Dores de cabeça tensionais
As dores de
cabeça tensionais e de contração muscular podem ocorrer em crianças e são relativamente
freqüentes em adolescentes. Essas dores de cabeça podem ocorrer quase todos
os dias. Elas não têm duração específica - podem durar menos do que uma hora
ou o dia todo. As dores de cabeça tensionais são diferentes da enxaqueca porque
não há sintomas prodrômicos ou aura e, embora a criança algumas vezes diga que
está doente, ela raramente vomita.
Assim como
na enxaqueca, não há sinais físicos de anormalidade e o diagnóstico pode ser
feito unicamente depois de se obter um relato cuidadoso. Se possível, deve-se
primeiro ver a criança sozinha e daí, seus pais. Finalmente, deve-se ver os
pais sem a criança. Isso porque é a criança que tem a dor de cabeça e ela é
a pessoa que sabe o quão ruim a dor de cabeça é e como ela é. Os pais podem
dizer o quanto ela atrapalha a vida da criança, qual a sua freqüência e quais
os fatores que tendem a precipitar a dor de cabeça.
Tratamento
Se o diagnóstico
é de dor de cabeça tensional deve-se lembrar que essas dores de cabeça provavelmente
não respondem às drogas usadas na enxaqueca embora, em alguns casos, o paracetamol
ou a aspirina possam ajudar. O importante é encontrar uma causa e, muito freqüentemente,
ela é um problema familiar de algum tipo. Pode ser que a criança esteja usando
a dor de cabeça para evitar alguma coisa que ela ache desagradável - o desejo
de não ir à escola é um exemplo bem simples. Se este é o motivo, a razão de
não gostar da escola deve ser buscada. A criança pode ser motivo de chacota
na escola e os pais devem discutir o problema com o professor.
Em outras
circunstâncias, a criança pode estar reagindo a problemas entre o casal e sua
dor de cabeça é usada para se aproveitar da situação ou como expressão de sua
tristeza. Existe ainda um outro grupo no qual a criança se queixa de dor de
cabeça quando o problema real é alguma coisa bem diferente.
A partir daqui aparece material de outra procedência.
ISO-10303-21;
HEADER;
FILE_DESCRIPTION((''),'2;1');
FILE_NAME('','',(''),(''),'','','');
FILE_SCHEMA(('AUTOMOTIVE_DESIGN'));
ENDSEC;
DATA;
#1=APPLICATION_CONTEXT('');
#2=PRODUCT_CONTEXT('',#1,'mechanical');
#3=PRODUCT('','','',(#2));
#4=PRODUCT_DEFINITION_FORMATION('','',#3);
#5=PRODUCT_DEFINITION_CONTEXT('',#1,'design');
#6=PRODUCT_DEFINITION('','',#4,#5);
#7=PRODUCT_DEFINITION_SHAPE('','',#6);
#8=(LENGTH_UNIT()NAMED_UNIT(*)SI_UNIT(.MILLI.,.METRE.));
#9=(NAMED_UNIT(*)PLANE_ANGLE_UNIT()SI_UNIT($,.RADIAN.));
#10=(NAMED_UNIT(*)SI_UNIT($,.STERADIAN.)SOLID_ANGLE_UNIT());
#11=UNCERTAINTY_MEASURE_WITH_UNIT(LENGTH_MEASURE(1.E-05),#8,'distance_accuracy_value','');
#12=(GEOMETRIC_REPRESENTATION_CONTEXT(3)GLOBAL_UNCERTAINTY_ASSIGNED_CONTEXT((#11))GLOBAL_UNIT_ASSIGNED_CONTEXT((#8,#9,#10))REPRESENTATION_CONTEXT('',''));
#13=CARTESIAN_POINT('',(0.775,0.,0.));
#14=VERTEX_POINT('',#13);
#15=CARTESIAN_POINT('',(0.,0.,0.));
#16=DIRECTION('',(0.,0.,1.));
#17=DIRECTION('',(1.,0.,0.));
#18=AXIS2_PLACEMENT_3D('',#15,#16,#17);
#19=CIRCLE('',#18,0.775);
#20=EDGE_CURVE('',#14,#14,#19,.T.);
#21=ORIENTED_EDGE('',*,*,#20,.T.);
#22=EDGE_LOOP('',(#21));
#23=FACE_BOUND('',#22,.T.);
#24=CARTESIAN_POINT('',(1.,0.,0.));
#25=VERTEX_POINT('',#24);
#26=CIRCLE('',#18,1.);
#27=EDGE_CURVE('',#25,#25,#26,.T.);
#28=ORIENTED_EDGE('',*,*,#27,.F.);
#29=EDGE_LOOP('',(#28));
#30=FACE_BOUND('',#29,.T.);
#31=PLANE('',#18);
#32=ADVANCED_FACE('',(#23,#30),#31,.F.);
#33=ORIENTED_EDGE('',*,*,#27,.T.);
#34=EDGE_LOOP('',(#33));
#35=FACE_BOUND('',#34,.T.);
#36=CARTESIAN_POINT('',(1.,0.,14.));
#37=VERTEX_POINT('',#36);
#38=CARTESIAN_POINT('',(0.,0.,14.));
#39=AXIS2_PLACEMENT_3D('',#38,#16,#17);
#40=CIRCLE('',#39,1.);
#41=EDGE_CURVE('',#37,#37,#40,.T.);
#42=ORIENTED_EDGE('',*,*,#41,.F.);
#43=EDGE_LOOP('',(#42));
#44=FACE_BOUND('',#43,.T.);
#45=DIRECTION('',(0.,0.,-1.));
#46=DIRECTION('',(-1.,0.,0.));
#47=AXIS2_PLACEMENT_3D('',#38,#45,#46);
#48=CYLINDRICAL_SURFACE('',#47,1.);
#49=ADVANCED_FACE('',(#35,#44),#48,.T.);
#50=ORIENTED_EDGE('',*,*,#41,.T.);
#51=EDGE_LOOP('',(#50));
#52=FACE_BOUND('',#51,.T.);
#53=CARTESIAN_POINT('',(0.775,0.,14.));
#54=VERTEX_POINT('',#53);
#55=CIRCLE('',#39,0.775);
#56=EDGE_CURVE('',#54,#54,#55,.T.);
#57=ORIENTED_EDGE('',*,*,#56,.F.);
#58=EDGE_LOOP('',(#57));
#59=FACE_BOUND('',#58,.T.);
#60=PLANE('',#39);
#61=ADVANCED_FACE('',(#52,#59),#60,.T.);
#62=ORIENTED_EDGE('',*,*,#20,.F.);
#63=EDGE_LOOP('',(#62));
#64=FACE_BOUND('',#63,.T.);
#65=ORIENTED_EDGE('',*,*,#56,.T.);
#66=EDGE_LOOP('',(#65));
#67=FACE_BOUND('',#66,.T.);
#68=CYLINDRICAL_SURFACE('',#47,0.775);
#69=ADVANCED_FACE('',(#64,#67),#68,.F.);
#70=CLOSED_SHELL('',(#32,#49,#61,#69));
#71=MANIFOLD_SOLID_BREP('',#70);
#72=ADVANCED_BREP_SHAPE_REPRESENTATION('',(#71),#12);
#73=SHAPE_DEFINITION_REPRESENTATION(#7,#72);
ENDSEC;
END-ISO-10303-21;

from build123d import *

# Parameters (mm, degrees)
SKETCH_1_R      = 1
SKETCH_1_R_2    = 0.775
EXTRUDE_1_DEPTH = 14


with BuildPart() as part:
    # Эскиз1 → Бобышка-Вытянуть1 (new body)
    with BuildSketch(Plane.XY):
        Circle(SKETCH_1_R)
        Circle(SKETCH_1_R_2, mode=Mode.SUBTRACT)
    extrude(amount=EXTRUDE_1_DEPTH)


solid = part.part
Quando isto ocorrer,
a criança e sua família podem estar precisando de ajuda médica ou psicológica
adicional.
Pontos centrais
A enxaqueca pode começar
muito cedo.
Os ataques são bem mais
curtos que nos adultos, mas a dor abdominal, náusea e vômitos são mais comuns.
Falta de comida é um
dos fatores desencadeantes da enxaqueca em crianças. Deve-se encoraja-las
a ter refeições regulares.
As dores de cabeça tensionais
na criança podem ser causadas por atritos familiares e medo da escola.